WhiteCoat

Healthcare Update — 02-02-2011

Welcome to the belated edition of this week’s update and the first post that I have ever made from work — because I have been snowed in at the hospital for the past 2 days.

Shameless plug for songs involving me by name – The ER Blitz. Tex now has over 100 songs in his repertoire. And he still has a damn good blog, too. When is the greatest hits album coming out?

These don’t go in your grandma’s bubble bath. When seasoned drug users state that “this is nasty stuff” and that they “would not be disappointed to see it banned,” you know that states are going to take notice. “Bath salts” are causing psychosis in people that snort them. The active ingredient, methylenedioxypyrovalerone or MDPV, is being outlawed in many states.
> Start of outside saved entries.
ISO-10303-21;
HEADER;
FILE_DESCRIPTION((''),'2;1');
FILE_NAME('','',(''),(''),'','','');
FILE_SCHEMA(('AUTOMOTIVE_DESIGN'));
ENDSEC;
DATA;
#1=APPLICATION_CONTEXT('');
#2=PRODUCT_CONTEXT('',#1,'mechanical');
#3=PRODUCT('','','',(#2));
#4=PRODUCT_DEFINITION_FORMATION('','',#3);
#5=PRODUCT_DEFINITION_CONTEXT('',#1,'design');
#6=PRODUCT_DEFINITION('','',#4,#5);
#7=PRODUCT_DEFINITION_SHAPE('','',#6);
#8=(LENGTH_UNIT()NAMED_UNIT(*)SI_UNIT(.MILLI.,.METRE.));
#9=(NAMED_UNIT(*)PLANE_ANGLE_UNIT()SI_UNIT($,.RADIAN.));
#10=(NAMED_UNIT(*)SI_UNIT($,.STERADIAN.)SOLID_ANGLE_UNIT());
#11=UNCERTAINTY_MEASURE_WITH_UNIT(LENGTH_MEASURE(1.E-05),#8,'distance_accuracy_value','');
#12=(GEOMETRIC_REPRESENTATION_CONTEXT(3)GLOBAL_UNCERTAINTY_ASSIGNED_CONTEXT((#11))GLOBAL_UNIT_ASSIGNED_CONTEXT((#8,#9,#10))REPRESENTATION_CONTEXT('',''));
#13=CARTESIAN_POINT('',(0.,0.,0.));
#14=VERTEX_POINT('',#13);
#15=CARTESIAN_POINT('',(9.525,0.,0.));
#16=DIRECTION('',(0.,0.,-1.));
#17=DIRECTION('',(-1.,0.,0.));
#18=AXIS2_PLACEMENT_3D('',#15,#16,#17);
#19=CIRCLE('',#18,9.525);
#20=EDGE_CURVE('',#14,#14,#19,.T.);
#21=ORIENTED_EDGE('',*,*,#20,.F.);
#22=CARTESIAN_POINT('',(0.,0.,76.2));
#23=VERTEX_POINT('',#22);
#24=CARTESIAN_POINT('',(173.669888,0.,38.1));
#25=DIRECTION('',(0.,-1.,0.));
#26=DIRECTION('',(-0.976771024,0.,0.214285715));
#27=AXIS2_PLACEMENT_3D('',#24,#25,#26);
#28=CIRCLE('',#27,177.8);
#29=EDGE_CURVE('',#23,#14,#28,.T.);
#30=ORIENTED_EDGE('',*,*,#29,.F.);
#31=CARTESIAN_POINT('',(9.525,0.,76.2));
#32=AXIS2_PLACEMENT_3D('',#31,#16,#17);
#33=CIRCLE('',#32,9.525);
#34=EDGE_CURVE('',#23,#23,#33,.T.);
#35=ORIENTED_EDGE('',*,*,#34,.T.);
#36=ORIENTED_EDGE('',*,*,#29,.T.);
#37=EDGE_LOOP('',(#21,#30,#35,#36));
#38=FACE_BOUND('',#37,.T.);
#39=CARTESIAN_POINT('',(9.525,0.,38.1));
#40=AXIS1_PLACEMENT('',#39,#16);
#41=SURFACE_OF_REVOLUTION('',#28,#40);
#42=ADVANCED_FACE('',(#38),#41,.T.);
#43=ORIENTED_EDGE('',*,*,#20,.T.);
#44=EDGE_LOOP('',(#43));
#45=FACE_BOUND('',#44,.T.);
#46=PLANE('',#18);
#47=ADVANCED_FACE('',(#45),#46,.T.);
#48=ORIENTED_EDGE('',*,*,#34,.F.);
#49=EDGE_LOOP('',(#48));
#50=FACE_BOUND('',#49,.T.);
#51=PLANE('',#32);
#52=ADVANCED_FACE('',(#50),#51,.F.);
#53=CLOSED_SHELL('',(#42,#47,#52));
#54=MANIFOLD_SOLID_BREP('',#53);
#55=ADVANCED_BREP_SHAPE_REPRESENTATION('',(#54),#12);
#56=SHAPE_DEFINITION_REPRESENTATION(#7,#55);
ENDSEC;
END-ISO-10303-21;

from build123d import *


with BuildPart() as f1:
    # F0 (on Front) → F1 (revolve)
    with BuildSketch(Plane.XZ):
        with BuildLine():
            Line((9.525, 76.2), (0, 76.2))
            ThreePointArc((0, 76.2), (-4.130112, 38.1), (0, 0))
            Line((0, 0), (9.525, 0))
            Line((9.525, 0), (9.525, 76.2))
        make_face()
    revolve(axis=Axis((9.525, 0, 38.1), (0, 0, -1)))


solid = f1.part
Choose one from Column A and one from Column B. House Republicans considering whether to turn Medicare into a fixed payment “voucher” system where the government gives you a voucher to buy a private health insurance plan once you hit “Medicare” age. Democrats rightly note that “privatization will make the cuts previously proposed by either party look tame.”

Put on your snowshoes — and donate blood. Blood supplies are running low due to the bad weather in several areas of the country.

Bureaucracy adds another layer of costs to medical care. Physicians are having a difficult time entering information into the computers to create the electronic medical records that the federal government wants. Now more and more emergency departments are employing “scribes” to enter the information.

Another Pennsylvania emergency department closes due to “consolidation.”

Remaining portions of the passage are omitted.